# Medical card refused, any advice for UK applicants.



## robd10 (18 Dec 2014)

We applied for medical cards under EU regulation 1408/71 as we are both UK citizens but were refused, then on reassessment my wife was granted one.  Mine being refused on means test.  Any information or links to relevant info. appreciated to help with an appeal.  CIB and HSE giving conflicting information.
  My wife’s 62 and I’m 64, both retired on pensions. My wife’s a UK social security pension, mine is a UK company occupational pension.  No other income from Irish employment or social welfare claims.
  Reading guidelines it seemed straightforward, UK citizens should be entitled under EU regulations to a non means tested medical card if over 60 and receiving a UK pension


----------



## odyssey06 (18 Dec 2014)

Very hard to find good information on this. If the information below is correct, you were refused because your pension was not a UK social security pension.

http://www.inmo.ie/Home/Index/7641/10229

"Under EU Regulation 1408/71, EU pensioners resident in Ireland who are  in receipt of a *social security pension* from another EU/EEA state or  Switzerland are entitled to a non-means tested medical card, provided  they are not in receipt of an Irish social security pension, are not  subject to PRSI for earnings, and are not employed or self-employed in  Ireland."


----------



## robd10 (19 Dec 2014)

[FONT=&quot]Thanks odyssey06.[/FONT]
  [FONT=&quot]The CIB quoted me the same relevant paragraph as yourself but then added “. An occupational pension in this regard would not affect entitlement to a non-means tested medical card.”[/FONT]
  [FONT=&quot]I need to do more investigating with the CIB.  I seem to remember something in my occupational pension along the lines of; when reaching uk social pension age I receive that pension and the balance made up from the occupational pension.  That may help me.  Awaiting clarification from my provider.
I was hoping that someone may have been in the same position and could offer guidance.[/FONT]


----------



## Black Sheep (19 Dec 2014)

This sounds very odd!!

It is vital that the application form is filled CORRECTLY

Do you have a "dependent" portion of your wife's Social Security pension if you don't have a Social Security pension in your own right.

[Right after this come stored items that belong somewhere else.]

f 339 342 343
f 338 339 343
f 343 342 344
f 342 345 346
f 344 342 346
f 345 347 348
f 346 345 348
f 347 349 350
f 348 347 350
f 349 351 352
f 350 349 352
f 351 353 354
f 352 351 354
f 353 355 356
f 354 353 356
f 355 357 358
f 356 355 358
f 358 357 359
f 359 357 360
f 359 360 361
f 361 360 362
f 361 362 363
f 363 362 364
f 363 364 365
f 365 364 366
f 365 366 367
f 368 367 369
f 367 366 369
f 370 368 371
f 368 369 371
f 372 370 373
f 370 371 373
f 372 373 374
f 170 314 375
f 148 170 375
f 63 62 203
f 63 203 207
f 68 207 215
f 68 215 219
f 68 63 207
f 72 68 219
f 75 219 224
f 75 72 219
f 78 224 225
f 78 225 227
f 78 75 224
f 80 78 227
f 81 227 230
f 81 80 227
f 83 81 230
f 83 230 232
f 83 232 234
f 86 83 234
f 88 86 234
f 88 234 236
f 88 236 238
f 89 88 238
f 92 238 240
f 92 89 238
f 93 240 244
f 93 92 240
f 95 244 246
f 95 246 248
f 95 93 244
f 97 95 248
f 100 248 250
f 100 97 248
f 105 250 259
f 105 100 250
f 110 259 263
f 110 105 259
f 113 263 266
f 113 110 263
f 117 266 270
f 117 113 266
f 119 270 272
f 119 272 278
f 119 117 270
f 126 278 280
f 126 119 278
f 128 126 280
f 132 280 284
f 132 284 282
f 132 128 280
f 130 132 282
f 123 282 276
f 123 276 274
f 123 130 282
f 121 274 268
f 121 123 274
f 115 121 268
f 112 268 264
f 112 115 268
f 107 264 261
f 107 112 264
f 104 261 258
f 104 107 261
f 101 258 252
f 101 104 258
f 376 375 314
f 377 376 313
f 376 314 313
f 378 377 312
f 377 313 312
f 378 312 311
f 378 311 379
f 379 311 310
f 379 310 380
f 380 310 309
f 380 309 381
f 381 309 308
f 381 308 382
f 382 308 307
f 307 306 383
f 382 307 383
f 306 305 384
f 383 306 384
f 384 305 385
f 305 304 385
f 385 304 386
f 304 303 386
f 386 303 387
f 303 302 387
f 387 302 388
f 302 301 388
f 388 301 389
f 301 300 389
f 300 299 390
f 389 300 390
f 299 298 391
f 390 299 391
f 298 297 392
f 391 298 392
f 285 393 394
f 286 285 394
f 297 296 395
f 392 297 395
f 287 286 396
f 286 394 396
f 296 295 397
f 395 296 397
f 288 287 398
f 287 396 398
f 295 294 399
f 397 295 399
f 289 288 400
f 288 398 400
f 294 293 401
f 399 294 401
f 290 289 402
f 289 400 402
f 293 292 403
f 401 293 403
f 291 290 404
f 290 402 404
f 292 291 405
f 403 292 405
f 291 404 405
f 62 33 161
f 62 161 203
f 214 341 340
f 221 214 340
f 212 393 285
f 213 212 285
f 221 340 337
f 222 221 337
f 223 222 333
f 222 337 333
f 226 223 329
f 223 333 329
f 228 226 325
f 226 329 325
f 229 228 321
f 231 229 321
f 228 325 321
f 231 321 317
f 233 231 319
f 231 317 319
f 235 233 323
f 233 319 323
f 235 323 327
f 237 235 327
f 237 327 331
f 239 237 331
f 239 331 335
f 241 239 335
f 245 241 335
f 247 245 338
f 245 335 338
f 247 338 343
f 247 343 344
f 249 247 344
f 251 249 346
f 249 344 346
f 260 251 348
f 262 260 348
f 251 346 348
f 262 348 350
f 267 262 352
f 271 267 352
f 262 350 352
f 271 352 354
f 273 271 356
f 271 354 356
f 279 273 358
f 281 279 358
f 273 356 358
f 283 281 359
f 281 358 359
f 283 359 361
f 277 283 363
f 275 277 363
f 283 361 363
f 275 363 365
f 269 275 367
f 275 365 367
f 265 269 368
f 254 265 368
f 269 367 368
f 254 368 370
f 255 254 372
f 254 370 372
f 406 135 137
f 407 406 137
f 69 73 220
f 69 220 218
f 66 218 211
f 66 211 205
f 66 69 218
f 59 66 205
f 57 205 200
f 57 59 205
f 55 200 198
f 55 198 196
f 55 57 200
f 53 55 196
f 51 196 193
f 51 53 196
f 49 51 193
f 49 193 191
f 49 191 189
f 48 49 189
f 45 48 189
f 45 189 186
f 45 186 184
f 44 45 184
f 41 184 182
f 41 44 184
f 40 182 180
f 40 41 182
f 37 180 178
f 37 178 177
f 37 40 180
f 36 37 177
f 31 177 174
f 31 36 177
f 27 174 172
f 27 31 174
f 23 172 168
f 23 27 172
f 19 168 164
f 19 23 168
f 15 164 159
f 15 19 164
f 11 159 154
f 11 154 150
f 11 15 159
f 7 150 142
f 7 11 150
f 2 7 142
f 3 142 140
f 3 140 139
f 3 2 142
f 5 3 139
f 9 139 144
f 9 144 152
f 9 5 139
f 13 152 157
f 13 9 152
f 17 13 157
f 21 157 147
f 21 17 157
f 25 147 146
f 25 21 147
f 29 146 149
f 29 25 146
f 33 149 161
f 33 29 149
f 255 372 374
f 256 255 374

Many Irish women who were the Homemakers (and therefore have no Irish Pension or income) have EU medical cards based on their husbands UK pension (as dependents)

Not sure who CIB are?


----------



## robd10 (20 Dec 2014)

Black Sheep
  We applied on form MC1 and assume it was filled in correctly as it was not queried.  A strongly worded letter regarding EU regulation accompanied the reassessment which resulted in my wife receiving a card, along with an apology from “yoursay@hse”  admitting the original mistake.
I’m unclear about having a "dependent" portion of my wife's Social Security pension could you clarify.  To reiterate I receive a UK company occupational pension so I assume I’m not a dependant.
The issue seems to revolve around the fact I receive a UK occupational pension which HSE will not recognise as a right to a medical card.  Yet if I still lived in the UK I would be entitled to the normal ‘free’ national health service facilities.  The citizens information board (CIB) say it should not affect my entitlement.


----------



## Black Sheep (20 Dec 2014)

I get your point re Occupational pension vs. State pension.  As I am not sure of the rules in the UK around a dependent of wife's pension, hence my question.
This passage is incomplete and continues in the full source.